昨日、グーグルの創業者であり、現CEOのラリー・ペイジがファイナンシャル・タイムのインタビューに答え、検索エンジンで得た巨額の利益を次の10年、20年でどのように使おうとしているかを具体的に述べました。
まずペイジが必ず起こると断言していることは、人工知能の急激な発達により、現在日常で行われている仕事のほどんどをロボットが行うというもので、近い将来、10人中9人は今とは違う仕事をしているだろうと述べています。
「テクノロジーは仕事の効率を10%向上させるものではなく、効率を10倍良くするものです。あなたの生活は今よりも劇的に良くなり、生活にかかるコストも信じられないほど安くなるでしょう。」
しかし、テクノロジーが発展すればするほど、人間が物理的に行う仕事はどんどん無くなっていき、オックスフォード大学の調べでは、現在人間が行っている47%の仕事が20年以内に機械によって代行され、ビル・ゲイツも人々にしっかりと来るべき未来を意識するようにと警告しています。
「ソフトウェアが運転手やウエイター、そして看護師の代行をするため、仕事の需要がどんどん減っていくだろう。特に大したスキルを必要としない仕事は次の20年でどんどん少なくなる。だけど、まだ誰も心の準備ができていないように感じます。」

2014年08月08日 06時00分27秒
ロボットや人工知能の進化は人間の仕事を2025年までに奪い尽くすのか?

(注)これ、2025年、つまり2015年現在から、たかだかあと10年後についてについての調査であることに注意して読んでください。

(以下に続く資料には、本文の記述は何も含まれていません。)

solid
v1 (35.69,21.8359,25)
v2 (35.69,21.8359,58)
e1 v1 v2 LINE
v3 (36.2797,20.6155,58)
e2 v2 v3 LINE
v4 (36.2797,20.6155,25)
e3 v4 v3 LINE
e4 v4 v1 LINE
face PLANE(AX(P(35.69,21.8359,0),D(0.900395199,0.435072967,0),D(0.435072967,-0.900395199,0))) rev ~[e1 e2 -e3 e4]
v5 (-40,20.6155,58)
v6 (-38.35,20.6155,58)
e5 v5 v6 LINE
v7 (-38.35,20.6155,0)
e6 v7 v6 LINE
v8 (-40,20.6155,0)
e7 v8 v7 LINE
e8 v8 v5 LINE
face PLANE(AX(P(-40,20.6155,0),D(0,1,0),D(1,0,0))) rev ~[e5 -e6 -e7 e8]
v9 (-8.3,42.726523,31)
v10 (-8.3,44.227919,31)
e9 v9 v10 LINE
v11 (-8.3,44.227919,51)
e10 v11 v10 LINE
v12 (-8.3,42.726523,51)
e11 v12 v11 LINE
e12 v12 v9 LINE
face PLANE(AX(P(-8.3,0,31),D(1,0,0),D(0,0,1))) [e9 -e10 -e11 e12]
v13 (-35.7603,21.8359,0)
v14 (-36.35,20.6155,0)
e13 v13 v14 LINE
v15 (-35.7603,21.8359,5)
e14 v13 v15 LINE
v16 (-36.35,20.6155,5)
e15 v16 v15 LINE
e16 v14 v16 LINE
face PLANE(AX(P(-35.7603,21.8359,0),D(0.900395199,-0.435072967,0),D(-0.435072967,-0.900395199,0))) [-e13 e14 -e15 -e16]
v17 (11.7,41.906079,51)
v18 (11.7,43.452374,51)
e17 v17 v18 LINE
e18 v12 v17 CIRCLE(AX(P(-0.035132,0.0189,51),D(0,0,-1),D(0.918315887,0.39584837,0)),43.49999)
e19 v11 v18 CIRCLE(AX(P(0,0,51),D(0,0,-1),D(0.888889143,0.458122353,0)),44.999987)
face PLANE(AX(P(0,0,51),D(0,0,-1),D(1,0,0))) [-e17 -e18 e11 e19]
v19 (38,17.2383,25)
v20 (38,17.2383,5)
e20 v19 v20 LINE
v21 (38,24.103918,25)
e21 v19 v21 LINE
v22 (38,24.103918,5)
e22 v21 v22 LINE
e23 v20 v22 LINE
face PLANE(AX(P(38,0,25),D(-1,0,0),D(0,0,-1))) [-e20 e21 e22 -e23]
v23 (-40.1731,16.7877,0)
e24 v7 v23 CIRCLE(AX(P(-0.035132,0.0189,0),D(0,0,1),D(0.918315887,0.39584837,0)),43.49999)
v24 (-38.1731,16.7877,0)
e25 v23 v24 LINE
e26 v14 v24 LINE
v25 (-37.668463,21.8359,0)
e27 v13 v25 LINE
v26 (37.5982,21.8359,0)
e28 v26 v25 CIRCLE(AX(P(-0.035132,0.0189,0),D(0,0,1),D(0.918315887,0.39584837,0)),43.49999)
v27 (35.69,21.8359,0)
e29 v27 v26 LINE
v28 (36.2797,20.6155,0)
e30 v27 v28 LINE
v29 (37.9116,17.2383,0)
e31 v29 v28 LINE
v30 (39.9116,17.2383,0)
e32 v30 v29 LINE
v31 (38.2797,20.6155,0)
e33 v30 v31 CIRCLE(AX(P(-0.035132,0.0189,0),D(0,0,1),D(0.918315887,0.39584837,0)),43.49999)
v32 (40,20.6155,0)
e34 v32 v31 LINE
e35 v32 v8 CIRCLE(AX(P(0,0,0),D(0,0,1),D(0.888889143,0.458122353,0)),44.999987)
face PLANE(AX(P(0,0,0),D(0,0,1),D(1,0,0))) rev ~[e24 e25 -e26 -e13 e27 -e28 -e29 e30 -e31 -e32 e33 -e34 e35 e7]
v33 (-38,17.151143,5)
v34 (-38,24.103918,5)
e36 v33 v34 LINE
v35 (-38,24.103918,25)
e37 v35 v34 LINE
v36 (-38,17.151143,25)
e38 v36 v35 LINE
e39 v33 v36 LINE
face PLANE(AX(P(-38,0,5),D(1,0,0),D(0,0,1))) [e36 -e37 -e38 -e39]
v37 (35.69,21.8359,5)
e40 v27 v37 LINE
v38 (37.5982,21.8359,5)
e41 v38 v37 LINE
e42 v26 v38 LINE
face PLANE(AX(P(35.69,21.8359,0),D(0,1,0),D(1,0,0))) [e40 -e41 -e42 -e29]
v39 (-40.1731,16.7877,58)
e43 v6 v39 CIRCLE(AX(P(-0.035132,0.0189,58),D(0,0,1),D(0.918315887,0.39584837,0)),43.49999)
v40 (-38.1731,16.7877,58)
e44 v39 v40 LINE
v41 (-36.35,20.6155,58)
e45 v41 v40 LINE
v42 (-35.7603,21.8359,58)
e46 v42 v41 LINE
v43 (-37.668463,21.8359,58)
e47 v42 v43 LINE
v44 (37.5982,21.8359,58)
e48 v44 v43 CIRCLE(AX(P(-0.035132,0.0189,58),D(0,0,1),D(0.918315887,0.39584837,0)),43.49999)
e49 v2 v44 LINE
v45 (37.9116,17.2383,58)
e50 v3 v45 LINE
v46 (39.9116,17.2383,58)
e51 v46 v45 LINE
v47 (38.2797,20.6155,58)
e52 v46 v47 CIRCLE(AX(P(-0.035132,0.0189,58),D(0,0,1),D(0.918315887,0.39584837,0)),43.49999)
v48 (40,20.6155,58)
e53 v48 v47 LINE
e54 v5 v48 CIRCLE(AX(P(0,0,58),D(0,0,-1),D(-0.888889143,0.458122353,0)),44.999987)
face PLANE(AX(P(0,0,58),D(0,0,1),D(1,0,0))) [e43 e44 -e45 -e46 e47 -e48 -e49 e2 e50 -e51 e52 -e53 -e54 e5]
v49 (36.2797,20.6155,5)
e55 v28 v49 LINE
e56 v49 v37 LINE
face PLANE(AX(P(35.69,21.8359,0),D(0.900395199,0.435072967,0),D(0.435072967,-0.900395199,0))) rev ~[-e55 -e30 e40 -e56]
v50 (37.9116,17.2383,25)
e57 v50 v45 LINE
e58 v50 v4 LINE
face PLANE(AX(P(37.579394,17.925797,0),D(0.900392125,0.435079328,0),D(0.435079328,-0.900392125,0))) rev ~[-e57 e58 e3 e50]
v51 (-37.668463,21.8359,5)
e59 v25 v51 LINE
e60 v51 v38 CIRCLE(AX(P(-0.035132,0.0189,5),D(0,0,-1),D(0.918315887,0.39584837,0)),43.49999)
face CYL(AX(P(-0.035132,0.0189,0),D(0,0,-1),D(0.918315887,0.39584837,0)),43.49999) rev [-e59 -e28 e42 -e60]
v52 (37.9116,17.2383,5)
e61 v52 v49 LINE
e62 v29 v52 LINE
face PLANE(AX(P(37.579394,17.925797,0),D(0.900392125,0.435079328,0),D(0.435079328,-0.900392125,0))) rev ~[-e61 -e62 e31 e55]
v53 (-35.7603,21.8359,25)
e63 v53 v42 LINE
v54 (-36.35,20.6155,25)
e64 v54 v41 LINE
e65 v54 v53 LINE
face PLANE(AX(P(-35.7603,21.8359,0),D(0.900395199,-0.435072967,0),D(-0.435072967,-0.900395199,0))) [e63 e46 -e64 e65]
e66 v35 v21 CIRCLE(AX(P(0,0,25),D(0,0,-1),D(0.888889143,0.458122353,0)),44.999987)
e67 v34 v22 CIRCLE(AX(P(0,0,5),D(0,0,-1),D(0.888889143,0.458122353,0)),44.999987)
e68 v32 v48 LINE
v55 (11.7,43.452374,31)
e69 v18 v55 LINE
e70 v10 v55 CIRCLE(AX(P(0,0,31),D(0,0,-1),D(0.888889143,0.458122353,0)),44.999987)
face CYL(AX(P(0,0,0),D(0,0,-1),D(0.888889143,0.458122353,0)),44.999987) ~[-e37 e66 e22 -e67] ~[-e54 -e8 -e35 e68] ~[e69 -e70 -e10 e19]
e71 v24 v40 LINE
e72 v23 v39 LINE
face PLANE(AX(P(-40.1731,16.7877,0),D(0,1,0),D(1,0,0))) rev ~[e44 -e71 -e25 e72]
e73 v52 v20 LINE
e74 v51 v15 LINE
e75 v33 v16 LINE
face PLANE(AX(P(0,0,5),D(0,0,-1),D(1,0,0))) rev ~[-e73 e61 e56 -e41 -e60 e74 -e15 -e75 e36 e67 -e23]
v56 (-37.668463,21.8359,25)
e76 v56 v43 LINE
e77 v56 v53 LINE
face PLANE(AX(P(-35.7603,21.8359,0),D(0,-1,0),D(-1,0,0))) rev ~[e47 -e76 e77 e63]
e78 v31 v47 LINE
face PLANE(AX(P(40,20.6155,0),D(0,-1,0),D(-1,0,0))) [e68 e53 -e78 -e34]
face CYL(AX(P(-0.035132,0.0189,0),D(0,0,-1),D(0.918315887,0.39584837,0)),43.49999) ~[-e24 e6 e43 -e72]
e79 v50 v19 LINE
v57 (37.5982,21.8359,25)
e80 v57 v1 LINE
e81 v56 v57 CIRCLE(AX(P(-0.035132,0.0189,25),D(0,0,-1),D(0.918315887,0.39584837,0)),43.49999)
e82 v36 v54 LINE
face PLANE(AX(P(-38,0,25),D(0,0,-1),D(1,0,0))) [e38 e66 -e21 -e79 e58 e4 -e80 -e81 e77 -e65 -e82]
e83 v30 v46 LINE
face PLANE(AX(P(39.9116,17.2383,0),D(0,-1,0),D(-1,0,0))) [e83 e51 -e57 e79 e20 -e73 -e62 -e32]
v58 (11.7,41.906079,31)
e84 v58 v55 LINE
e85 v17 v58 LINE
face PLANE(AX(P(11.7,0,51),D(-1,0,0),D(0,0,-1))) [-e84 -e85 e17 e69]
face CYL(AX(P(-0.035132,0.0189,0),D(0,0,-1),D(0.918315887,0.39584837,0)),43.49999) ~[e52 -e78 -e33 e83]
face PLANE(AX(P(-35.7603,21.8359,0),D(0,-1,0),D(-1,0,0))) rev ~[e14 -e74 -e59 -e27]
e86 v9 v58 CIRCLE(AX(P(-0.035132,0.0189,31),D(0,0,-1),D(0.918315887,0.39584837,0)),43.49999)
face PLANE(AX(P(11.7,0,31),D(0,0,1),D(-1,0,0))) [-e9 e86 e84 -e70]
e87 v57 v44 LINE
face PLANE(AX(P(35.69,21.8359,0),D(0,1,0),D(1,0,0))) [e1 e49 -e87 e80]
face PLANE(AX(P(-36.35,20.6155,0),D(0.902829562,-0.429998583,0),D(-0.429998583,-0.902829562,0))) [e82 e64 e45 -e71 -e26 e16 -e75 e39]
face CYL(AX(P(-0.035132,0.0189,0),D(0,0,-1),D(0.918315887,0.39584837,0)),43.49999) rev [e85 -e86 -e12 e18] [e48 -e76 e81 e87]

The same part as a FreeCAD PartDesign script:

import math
import FreeCAD as App
import Part
import Sketcher
Q = App.Units.Quantity


def add_polygon(sketch, points):
    """Adds a closed chain of lines whose ends are joined by coincident constraints."""
    first, n = sketch.GeometryCount, len(points)
    for a, b in zip(points, points[1:] + points[:1]):
        sketch.addGeometry(Part.LineSegment(App.Vector(*a, 0), App.Vector(*b, 0)), False)
    for i in range(n):
        sketch.addConstraint(Sketcher.Constraint("Coincident", first + i, 2, first + (i + 1) % n, 1))

doc = App.newDocument("Part")
body = doc.addObject("PartDesign::Body", "Body")

# Sketch on XY plane
sketch1 = body.newObject("Sketcher::SketchObject", "Sketch")
sketch1.AttachmentSupport = (doc.getObject("XY_Plane"), [""])
sketch1.MapMode = "FlatFace"
sketch1.addGeometry([
    Part.LineSegment(App.Vector(38.2797, 20.6155, 0), App.Vector(40, 20.6155, 0)),  # 0
    Part.ArcOfCircle(Part.Circle(App.Vector(0, 0, 0), App.Vector(0, 0, 1), 44.999987), math.radians(27.266013), math.radians(152.733987)),  # 1
    Part.LineSegment(App.Vector(-40, 20.6155, 0), App.Vector(-38.35, 20.6155, 0)),  # 2
    Part.ArcOfCircle(Part.Circle(App.Vector(-0.0351, 0.0189, 0), App.Vector(0, 0, 1), 43.499961), math.radians(151.739254), math.radians(157.325869)),  # 3
    Part.LineSegment(App.Vector(-40.1731, 16.7877, 0), App.Vector(-38.1731, 16.7877, 0)),  # 4
    Part.LineSegment(App.Vector(-38.1731, 16.7877, 0), App.Vector(-36.35, 20.6155, 0)),  # 5
    Part.LineSegment(App.Vector(-36.35, 20.6155, 0), App.Vector(-35.7603, 21.8359, 0)),  # 6
    Part.LineSegment(App.Vector(-35.7603, 21.8359, 0), App.Vector(-37.668457, 21.8359, 0)),  # 7
    Part.ArcOfCircle(Part.Circle(App.Vector(-0.0351, 0.0189, 0), App.Vector(0, 0, 1), 43.499961), math.radians(30.101986), math.radians(149.898056)),  # 8
    Part.LineSegment(App.Vector(37.598194, 21.8359, 0), App.Vector(35.69, 21.8359, 0)),  # 9
    Part.LineSegment(App.Vector(35.69, 21.8359, 0), App.Vector(36.2797, 20.6155, 0)),  # 10
    Part.LineSegment(App.Vector(36.2797, 20.6155, 0), App.Vector(37.9116, 17.2383, 0)),  # 11
    Part.LineSegment(App.Vector(37.9116, 17.2383, 0), App.Vector(39.9116, 17.2383, 0)),  # 12
    Part.ArcOfCircle(Part.Circle(App.Vector(-0.0351, 0.0189, 0), App.Vector(0, 0, 1), 43.499961), math.radians(23.318912), math.radians(28.260808)),  # 13
], False)
sketch1.addConstraint([
    Sketcher.Constraint("Coincident", 0, 2, 1, 1),
    Sketcher.Constraint("Coincident", 1, 2, 2, 1),
    Sketcher.Constraint("Coincident", 2, 2, 3, 1),
    Sketcher.Constraint("Coincident", 3, 2, 4, 1),
    Sketcher.Constraint("Coincident", 4, 2, 5, 1),
    Sketcher.Constraint("Coincident", 5, 2, 6, 1),
    Sketcher.Constraint("Coincident", 6, 2, 7, 1),
    Sketcher.Constraint("Coincident", 7, 2, 8, 2),
    Sketcher.Constraint("Coincident", 8, 1, 9, 1),
    Sketcher.Constraint("Coincident", 9, 2, 10, 1),
    Sketcher.Constraint("Coincident", 10, 2, 11, 1),
    Sketcher.Constraint("Coincident", 11, 2, 12, 1),
    Sketcher.Constraint("Coincident", 12, 2, 13, 1),
    Sketcher.Constraint("Coincident", 13, 2, 0, 1),
    Sketcher.Constraint("Horizontal", 0),
    Sketcher.Constraint("Horizontal", 2),
    Sketcher.Constraint("Horizontal", 4),
    Sketcher.Constraint("Horizontal", 7),
    Sketcher.Constraint("Horizontal", 9),
    Sketcher.Constraint("Horizontal", 12),
    Sketcher.Constraint("Coincident", 1, 3, -1, 1),
    Sketcher.Constraint("Coincident", 8, 3, 3, 3),
    Sketcher.Constraint("Coincident", 13, 3, 3, 3),
    Sketcher.Constraint("Equal", 3, 8),
    Sketcher.Constraint("Equal", 8, 13),
    Sketcher.Constraint("Parallel", 10, 11),
    Sketcher.Constraint("Horizontal", 0, 2, 1, 2),
    Sketcher.Constraint("Horizontal", 2, 2, 5, 2),
    Sketcher.Constraint("Horizontal", 7, 2, 8, 1),
    Sketcher.Constraint("Horizontal", 5, 2, 10, 2),
    Sketcher.Constraint("Equal", 7, 9),
    Sketcher.Constraint("Equal", 4, 12),
    Sketcher.Constraint("Equal", 6, 10),
    Sketcher.Constraint("DistanceX", 4, 1, 4, 2, 2.0),
    Sketcher.Constraint("Radius", 1, 45.0),
    Sketcher.Constraint("DistanceX", 1, 2, 0, 2, 80.0),
    Sketcher.Constraint("DistanceX", 2, 2, 5, 2, 2.0),
    Sketcher.Constraint("Radius", 3, 43.5),
    Sketcher.Constraint("DistanceX", 2, 1, 2, 2, 1.65),
    Sketcher.Constraint("Angle", 6, Q("64.21 deg")),
    Sketcher.Constraint("DistanceX", -1, 1, 9, 2, 35.69),
    Sketcher.Constraint("DistanceX", 0, 1, 0, 2, 1.7203),
    Sketcher.Constraint("DistanceX", 3, 2, -1, 1, 40.173),
])
pad1 = body.newObject("PartDesign::Pad", "Pad")
pad1.Profile = sketch1
pad1.Length = 58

ロボットや人工知能(AI)の進化はめざましく、人間の生活をより便利にしてくれることが期待されています。しかし、ロボットが進化して人間の仕事を代替することで、ロボットに取って代わられる労働者が出てくるという不安も次第に主張されるようになっています。

ロボットとAIの進化が2025年に人類の生活をどう変化させているのかについて、さまざまな分野の識者1896人に回答を求めた大規模な調査の結果は以下の通りです。

AI, Robotics, and the Future of Jobs | Pew Research Center’s Internet & American Life Project
http://www.pewinternet.org/2014/08/06/future-of-jobs/

「2025年までにロボットやAIの進化によって人間は仕事を奪われるか?」という質問への回答は、識者の間でも真っ二つに分かれました。

・No(奪われない)という回答
全体の52%が「ロボットに取って代わられる仕事はあるものの、仕事を奪われるという事態にまではならない」と回答しました。

多くの楽観論者が「技術の進化によって人間が置き換えられる仕事はあるとしても、技術の進化に伴って生み出される新しい産業によって多くの雇用が生まれるので仕事を奪われることはない」と考えています。ヴィントン・サーフ氏は「歴史を振り返ると、技術革新は雇用を創出するものでこそあれ、雇用を破壊するものではありません」と述べ、また、Microsoftのマイケル・ケンデ氏は、「確かに仕事が奪われることもあるでしょうが、失われる雇用以上の雇用が新たに生まれるでしょう」と述べており、ロボットやAIの技術が進化することで新しい仕事が生み出される効果に期待しています。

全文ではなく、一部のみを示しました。